When I first decided to move to Bhutan for at least a year, I made a deal with myself, that I would finally focus on my writing more. I knew there wasn’t going to be much street art, like what I had been documenting extensively for over a decade. And I knew I was going to be teaching writing, and I knew in general, life was going to move slower here. “Meditate and write,” I told myself.
And so I feel like I’m here, but not here. Present, but slipping. The past two weeks have been a strange kind of limbo—somewhere between dream and articulation, between the pull to write and the weight of existing outside of it. Words spill out, but they don’t quite land. Thoughts stretch, dissolve, reappear in fragments. Is it the altitude? But, how can it be? I’ve been good with it since last Fall.
I feel myself disappearing into the abyss of it—the writing, the feeling, the attempt to pin something down that refuses to be named. A breath caught mid-chest, not quite reaching its end. The edges of reality blur like ink bleeding into water. Some moments, I’m electrified, the words coming too fast to catch. Others, I’m staring at the page, knowing there’s something there but unable to pull it through.
Is it inspiration or exhaustion? Dreaming or unraveling? I can’t tell. But I keep writing. Keep sinking into the haze, hoping that somewhere in the mess of words and breath and blurred edges, something true will take shape.
Adding to this precarious state has to be the fact that I’m reading the new Haruki Murakami and his books are just one long dream, aren’t they?

23march2025
The screen lights up with a bold declaration—I ❤️ Thimphu. It’s one of those familiar signs, the kind that travelers photograph, but for those of us who have spent time here, it means something more. This is not just a place; it’s a rhythm, a way of life, a set of small, interwoven moments that make up the everyday magic of Bhutan’s capital.

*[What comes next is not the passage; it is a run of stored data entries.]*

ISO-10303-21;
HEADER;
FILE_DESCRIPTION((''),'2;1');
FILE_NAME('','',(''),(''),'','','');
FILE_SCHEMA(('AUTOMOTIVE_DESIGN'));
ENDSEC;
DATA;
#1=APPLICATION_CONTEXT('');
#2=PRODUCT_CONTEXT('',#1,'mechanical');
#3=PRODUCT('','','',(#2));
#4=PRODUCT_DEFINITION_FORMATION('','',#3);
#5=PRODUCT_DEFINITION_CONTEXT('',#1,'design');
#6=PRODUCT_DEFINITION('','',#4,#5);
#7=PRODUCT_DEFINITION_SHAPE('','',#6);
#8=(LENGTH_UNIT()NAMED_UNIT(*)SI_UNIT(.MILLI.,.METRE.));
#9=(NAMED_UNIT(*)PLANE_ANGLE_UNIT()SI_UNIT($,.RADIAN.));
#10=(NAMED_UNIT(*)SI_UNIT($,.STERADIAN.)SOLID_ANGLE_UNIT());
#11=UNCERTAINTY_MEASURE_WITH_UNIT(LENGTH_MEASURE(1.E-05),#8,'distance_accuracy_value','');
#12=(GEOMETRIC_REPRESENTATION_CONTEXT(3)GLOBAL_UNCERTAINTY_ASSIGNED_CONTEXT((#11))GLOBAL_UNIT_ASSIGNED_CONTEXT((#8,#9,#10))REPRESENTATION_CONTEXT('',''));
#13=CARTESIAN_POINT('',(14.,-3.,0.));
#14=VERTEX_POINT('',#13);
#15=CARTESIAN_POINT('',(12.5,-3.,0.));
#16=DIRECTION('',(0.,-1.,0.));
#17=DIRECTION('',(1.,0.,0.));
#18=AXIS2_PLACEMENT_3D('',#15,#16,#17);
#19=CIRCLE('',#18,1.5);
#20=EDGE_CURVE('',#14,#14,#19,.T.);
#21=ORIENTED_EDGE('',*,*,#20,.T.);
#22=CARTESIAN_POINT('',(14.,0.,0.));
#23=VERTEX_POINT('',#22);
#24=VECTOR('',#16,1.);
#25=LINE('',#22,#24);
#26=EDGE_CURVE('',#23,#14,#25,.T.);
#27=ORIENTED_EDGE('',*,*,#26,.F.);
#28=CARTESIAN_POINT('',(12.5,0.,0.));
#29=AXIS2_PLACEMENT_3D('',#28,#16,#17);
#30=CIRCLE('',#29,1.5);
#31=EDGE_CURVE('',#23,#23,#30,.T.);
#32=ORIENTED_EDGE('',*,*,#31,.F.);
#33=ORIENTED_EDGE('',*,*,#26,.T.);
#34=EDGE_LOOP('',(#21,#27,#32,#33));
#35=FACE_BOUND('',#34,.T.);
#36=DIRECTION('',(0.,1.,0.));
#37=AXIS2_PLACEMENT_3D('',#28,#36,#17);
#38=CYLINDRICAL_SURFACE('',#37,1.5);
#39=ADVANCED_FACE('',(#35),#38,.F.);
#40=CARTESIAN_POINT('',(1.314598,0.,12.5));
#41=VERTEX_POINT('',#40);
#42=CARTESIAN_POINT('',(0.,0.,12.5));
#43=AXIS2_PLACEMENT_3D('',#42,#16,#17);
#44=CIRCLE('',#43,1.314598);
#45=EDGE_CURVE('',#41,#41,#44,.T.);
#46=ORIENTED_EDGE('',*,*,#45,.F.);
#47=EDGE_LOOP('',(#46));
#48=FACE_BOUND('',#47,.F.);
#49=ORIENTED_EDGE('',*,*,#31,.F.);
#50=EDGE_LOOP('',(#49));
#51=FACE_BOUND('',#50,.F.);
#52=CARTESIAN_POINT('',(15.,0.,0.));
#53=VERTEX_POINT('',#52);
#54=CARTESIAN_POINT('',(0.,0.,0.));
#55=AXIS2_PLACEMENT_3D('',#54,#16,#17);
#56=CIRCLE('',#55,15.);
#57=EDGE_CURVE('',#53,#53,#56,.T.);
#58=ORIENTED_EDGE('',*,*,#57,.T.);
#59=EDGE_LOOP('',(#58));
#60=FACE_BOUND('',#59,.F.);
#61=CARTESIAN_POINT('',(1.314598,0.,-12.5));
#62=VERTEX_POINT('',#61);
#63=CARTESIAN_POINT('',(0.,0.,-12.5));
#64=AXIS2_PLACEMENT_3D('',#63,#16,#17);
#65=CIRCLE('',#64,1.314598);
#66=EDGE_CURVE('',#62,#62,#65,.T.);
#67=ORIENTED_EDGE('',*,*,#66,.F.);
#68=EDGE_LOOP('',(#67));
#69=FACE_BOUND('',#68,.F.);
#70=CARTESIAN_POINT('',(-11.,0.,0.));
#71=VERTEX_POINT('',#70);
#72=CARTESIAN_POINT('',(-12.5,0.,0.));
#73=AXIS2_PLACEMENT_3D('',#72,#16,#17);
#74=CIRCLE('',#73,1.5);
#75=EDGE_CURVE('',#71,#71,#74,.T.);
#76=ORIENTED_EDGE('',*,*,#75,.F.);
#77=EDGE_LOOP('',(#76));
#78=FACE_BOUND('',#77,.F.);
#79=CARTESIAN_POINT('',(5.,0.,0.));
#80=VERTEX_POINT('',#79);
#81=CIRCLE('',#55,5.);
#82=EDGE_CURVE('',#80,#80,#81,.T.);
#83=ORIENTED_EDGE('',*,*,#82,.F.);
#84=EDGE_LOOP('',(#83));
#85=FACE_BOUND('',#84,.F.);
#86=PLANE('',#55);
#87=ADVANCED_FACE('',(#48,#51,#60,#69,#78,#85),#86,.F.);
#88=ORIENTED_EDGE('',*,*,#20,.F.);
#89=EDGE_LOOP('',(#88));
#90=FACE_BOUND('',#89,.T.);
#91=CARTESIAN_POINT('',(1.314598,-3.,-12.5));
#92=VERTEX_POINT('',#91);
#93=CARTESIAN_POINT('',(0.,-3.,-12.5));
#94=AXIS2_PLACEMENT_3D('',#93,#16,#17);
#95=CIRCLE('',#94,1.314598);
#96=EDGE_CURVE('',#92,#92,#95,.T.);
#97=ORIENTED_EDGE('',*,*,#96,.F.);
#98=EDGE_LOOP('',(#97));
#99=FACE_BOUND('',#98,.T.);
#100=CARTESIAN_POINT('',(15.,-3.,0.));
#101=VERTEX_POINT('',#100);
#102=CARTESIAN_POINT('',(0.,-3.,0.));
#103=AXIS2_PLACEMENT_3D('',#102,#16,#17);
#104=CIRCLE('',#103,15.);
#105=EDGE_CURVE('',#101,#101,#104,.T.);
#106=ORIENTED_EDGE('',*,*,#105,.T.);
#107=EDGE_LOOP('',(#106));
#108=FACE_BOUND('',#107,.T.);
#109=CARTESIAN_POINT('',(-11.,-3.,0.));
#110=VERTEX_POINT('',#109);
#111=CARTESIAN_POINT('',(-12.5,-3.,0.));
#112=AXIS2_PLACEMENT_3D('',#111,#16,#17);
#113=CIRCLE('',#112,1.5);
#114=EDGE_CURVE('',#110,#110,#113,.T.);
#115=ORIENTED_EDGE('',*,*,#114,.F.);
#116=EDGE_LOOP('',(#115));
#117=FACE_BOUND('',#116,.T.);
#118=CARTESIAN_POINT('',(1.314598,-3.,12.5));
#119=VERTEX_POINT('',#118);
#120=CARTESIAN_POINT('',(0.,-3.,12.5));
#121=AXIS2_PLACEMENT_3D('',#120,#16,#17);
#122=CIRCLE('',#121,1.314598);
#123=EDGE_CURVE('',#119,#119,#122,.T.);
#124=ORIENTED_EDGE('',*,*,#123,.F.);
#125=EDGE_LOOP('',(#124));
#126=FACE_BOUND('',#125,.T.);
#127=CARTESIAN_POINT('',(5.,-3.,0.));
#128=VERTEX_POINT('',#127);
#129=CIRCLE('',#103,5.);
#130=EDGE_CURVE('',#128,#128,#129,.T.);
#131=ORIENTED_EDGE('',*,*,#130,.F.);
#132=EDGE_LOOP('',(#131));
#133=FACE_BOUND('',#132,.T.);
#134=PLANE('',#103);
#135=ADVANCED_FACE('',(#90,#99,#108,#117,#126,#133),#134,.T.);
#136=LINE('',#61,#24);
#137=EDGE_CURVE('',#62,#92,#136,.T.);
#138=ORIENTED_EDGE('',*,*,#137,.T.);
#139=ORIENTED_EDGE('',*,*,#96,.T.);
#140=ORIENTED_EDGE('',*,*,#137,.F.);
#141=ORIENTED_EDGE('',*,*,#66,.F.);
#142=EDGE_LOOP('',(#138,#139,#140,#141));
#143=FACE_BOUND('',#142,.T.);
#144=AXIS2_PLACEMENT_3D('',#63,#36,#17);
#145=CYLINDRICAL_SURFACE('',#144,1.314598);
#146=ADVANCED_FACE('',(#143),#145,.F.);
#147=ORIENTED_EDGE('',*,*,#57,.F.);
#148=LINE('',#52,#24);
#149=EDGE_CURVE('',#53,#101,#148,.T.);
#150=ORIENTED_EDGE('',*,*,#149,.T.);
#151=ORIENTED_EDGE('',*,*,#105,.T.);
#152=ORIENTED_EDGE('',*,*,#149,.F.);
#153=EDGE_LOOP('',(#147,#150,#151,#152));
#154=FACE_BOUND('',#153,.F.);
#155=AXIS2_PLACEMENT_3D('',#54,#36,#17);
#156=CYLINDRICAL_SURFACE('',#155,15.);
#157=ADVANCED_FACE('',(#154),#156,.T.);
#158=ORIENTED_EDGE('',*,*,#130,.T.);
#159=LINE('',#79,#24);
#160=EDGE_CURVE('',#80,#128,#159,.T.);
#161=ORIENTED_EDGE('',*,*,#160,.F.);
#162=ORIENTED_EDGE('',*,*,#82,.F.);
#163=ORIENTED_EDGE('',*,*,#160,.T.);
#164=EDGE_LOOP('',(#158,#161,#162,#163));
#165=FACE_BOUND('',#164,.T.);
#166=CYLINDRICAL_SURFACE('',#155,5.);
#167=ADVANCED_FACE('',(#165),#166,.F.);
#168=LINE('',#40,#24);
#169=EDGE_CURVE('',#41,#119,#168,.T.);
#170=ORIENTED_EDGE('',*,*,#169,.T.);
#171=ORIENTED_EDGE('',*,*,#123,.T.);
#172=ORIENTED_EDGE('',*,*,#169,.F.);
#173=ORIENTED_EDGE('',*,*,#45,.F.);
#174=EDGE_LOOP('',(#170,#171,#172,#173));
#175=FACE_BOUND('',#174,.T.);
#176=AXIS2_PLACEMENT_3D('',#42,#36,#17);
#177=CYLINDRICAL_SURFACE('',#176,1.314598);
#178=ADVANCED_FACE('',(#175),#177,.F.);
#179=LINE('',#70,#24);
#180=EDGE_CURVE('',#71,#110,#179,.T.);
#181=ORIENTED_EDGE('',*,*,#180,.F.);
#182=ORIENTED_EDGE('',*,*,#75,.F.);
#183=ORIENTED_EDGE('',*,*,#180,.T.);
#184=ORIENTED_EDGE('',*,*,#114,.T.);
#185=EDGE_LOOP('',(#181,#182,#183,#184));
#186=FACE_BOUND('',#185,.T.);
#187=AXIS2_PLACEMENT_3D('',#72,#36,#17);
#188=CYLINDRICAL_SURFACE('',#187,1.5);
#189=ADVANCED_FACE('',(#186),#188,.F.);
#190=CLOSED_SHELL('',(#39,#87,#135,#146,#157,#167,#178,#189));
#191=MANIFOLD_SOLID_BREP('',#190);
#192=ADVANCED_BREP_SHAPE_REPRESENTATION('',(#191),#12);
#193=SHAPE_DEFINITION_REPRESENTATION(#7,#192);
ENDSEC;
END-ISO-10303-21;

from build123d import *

# Parameters (mm, degrees)
F0_R     = 15
F0_R_2   = 1.314598
F0_R_3   = 1.5
F0_R_4   = 5
F1_DEPTH = 3


with BuildPart() as f1:
    # F0 (on Front) → F1 (new body)
    with BuildSketch(Plane.XZ):
        Circle(F0_R)
        with Locations((0, -12.5)):
            Circle(F0_R_2, mode=Mode.SUBTRACT)
        with Locations((-12.5, 0)):
            Circle(F0_R_3, mode=Mode.SUBTRACT)
        Circle(F0_R_4, mode=Mode.SUBTRACT)
        with Locations((12.5, 0)):
            Circle(F0_R_3, mode=Mode.SUBTRACT)
        with Locations((0, 12.5)):
            Circle(F0_R_2, mode=Mode.SUBTRACT)
    extrude(amount=F1_DEPTH)


solid = f1.part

From that opening image, the video unfolds like a quiet walk through the city, a collage of life in motion. Narrow walkways wind between buildings, where vendors arrange their sales items in tidy, colorful stacks.
There’s a different kind of pace here. Thimphu may be Bhutan’s capital, but it never loses its intimacy. This montage captures those subtle, fleeting interactions—a shopkeeper sharing a laugh with a regular customer, two monks walking side by side, away from the ‘bright lights.’
The city exhales.
Watching the video, I feel the pull of this place, the way it seeps into you. It’s not just the grandeur of the mountains that surround it or the traditions woven into its fabric—it’s the ordinary moments, the warmth of connection, the stillness found in the midst of movement.

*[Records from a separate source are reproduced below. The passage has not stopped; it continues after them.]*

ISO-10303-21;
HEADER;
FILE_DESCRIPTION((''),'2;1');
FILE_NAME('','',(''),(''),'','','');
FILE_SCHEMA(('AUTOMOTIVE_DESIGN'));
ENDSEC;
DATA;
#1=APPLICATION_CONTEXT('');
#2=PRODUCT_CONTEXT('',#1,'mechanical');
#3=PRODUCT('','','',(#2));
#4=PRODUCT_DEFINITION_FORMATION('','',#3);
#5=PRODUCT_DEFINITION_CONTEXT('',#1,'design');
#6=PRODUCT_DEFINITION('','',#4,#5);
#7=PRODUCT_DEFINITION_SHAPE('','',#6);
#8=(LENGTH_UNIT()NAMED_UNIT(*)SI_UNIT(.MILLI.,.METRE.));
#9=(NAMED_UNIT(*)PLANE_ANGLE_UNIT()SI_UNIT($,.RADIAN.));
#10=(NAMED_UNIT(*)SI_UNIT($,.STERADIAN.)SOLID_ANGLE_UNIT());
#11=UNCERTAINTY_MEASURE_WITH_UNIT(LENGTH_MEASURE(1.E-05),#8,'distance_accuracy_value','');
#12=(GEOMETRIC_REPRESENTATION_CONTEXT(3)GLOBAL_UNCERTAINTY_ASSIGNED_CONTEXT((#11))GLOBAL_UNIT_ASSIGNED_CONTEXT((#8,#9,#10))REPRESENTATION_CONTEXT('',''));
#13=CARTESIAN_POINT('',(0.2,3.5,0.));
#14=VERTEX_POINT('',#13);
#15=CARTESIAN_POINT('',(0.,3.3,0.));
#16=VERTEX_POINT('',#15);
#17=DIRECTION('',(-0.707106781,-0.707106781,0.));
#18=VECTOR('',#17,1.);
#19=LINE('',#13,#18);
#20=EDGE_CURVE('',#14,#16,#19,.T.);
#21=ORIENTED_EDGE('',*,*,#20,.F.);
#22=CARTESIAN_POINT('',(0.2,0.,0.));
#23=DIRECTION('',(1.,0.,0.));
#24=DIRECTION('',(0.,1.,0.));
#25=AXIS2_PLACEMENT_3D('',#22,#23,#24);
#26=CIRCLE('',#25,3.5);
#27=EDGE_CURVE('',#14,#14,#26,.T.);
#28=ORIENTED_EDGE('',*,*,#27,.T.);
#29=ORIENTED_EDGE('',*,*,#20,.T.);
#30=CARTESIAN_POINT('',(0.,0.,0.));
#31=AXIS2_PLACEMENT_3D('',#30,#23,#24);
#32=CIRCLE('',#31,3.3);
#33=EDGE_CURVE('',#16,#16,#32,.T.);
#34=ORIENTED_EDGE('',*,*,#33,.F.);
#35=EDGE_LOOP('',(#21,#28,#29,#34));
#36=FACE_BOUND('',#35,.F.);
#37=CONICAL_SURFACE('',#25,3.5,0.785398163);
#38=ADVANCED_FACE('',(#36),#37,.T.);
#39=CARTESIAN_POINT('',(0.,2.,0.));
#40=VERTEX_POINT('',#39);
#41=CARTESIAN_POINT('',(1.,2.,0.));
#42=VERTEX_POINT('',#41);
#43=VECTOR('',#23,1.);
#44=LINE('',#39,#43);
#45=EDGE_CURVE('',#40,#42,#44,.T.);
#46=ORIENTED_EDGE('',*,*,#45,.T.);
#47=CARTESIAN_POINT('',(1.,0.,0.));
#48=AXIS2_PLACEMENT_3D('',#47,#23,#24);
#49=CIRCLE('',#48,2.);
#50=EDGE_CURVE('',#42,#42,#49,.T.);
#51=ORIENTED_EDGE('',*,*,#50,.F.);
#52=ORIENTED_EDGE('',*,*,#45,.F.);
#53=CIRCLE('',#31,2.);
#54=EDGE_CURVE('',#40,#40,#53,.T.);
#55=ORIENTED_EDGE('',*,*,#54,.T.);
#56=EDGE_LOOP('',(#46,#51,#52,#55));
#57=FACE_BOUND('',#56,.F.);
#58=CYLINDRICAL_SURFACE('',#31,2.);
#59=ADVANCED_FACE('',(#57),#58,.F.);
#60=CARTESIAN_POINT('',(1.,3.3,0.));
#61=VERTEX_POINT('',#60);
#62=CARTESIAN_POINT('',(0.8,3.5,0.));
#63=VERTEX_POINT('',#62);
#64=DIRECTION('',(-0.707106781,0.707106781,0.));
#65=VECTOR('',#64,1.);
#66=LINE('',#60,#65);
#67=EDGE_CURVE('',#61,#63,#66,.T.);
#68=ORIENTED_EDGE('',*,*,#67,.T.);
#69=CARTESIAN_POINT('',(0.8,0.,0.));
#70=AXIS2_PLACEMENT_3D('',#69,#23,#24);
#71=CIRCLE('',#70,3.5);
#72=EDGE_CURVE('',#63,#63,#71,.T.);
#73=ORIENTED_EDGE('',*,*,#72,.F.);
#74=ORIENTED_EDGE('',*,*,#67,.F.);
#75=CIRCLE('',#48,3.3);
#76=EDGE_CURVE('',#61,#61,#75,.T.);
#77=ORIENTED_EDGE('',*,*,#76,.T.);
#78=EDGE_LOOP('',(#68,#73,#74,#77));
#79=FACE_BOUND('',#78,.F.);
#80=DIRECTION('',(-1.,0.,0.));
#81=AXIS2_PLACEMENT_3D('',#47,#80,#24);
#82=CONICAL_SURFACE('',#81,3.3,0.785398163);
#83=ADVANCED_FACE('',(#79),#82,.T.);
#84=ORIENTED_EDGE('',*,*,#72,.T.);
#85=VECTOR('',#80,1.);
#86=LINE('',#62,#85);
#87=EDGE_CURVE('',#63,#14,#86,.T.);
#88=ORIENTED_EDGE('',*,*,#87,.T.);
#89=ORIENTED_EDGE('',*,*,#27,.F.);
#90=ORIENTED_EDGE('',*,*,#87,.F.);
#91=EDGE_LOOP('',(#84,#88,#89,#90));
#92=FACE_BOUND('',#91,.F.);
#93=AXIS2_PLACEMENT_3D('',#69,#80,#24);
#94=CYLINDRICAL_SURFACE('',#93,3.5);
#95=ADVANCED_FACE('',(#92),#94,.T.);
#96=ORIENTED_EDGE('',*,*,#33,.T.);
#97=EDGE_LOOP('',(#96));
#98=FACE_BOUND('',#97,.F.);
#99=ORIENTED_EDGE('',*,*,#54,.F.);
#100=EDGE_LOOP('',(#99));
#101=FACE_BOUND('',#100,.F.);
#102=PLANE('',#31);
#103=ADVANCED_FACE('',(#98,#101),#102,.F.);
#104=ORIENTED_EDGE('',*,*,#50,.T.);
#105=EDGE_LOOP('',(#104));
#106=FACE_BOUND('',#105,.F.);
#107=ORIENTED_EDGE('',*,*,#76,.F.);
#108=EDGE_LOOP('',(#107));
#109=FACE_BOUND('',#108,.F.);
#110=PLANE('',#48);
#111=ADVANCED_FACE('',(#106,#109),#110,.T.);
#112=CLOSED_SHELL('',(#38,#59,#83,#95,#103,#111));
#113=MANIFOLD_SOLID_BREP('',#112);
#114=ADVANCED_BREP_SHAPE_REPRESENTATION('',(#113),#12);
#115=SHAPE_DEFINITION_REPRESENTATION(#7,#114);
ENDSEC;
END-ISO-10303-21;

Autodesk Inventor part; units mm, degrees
sketch "Sketch_1" plane through (0, 0, 0) normal (0, 0, 1) x (1, 0, 0)
  line L0 (1, 0) -> (0, 0)
  line L1 (0, 2) -> (1, 2)
  line L2 (1, 2) -> (1, 3.3)
  line L3 (1, 3.3) -> (0.8, 3.5)
  line L4 (0.8, 3.5) -> (0.2, 3.5)
  line L5 (0.2, 3.5) -> (0, 3.3)
  line L6 (0, 3.3) -> (0, 2)
revolve "Revolution1" add sketch "Sketch_1" angle 360 about axis through (1, 0, 0) along (1, 0, 0)
ref_plane "to_b_XY" through (0, 0, 0) normal (1, 0, 0) x (0, 0, -1)
ref_plane "to_b_YZ" through (0, 0, 0) normal (0, 0, -1) x (0, 1, 0)
ref_plane "to_b_ZX" through (0, 0, 0) normal (0, 1, 0) x (1, 0, 0)
properties part number "CLBU4-7-1"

Thimphu isn’t just a city. It’s a feeling. And sometimes, all it takes is a simple video collage to remind me of that.
March 2025

13march2025

Nowhere, Somewhere, Everywhere
The air is thin in Thimphu. Thin like the veil between past and present, like the space between knowing and not knowing.
Last night, I got lost in old photos, each one a postcard from another life—Kyiv’s cold blue mornings, Saigon’s ‘Bread and Butter Pub’ nights, Bogotá’s thundercloud afternoons, Paris in art, Miami burning bright. I let them wash over me, these ghosts of past selves, all those cities where I was briefly someone, then no one, then gone.

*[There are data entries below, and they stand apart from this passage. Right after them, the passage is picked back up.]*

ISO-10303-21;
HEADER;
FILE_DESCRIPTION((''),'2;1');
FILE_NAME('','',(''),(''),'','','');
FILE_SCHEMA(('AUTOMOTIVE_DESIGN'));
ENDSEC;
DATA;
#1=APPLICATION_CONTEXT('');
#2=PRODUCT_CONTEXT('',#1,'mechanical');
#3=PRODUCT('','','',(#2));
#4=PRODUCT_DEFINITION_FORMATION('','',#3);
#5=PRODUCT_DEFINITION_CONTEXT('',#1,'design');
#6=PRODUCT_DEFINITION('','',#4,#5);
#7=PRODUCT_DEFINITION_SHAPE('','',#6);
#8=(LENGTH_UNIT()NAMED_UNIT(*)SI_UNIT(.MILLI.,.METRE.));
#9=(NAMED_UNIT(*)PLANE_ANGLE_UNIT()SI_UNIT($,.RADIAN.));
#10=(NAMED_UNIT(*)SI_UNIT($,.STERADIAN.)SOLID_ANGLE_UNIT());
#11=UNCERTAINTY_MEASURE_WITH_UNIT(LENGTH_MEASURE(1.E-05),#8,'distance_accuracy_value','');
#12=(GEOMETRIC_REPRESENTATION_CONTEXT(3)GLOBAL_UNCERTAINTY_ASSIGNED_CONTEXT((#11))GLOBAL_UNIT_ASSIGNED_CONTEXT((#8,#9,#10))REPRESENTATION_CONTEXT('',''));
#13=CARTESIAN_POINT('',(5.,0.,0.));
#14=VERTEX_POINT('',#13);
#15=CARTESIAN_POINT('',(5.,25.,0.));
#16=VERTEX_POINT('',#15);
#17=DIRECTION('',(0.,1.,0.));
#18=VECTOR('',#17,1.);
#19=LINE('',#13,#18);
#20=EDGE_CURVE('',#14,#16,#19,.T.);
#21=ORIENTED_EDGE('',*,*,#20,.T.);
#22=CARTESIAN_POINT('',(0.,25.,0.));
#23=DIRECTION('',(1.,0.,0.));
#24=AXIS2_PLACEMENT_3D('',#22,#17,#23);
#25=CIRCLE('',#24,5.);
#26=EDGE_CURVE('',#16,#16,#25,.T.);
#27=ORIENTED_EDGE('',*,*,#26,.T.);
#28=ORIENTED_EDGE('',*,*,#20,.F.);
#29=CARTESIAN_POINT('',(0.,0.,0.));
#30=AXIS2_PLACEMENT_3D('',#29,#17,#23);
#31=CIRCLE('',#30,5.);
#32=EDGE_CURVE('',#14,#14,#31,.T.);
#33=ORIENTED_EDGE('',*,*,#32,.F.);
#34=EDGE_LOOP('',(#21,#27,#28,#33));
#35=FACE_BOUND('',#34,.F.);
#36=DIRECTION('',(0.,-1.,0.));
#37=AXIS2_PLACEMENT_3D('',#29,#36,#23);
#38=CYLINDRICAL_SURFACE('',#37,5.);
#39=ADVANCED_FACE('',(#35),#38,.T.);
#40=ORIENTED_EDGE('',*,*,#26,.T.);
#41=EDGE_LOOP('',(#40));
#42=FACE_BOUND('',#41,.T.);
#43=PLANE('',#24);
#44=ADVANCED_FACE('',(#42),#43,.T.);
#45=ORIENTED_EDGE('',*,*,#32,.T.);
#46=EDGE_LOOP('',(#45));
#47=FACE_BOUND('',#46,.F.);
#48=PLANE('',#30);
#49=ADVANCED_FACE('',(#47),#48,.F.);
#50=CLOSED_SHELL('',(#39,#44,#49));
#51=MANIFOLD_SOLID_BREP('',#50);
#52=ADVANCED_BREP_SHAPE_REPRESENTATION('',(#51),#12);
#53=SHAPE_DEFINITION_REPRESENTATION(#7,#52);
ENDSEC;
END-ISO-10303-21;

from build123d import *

# Parameters (mm, degrees)
SKETCH_1_R      = 5
EXTRUDE_1_DEPTH = 25


with BuildPart() as part:
    # 草图1 → 凸台-拉伸1 (new body)
    with BuildSketch(Plane(origin=(0, 0, 0), x_dir=(1, 0, 0), z_dir=(0, 1, 0))):
        Circle(SKETCH_1_R)
    extrude(amount=EXTRUDE_1_DEPTH)


solid = part.part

I sip my coffee at a nameless café, watching the morning unfold. A monk strides past, beads clicking, wrapped in his ochre cocoon, carrying the kind of certainty I can’t seem to hold onto. The traffic cop stands straight-backed, radio in hand, a fixed point in a world that shifts beneath my feet.
I don’t know where I’m going next. I never have. But the road—she always finds me.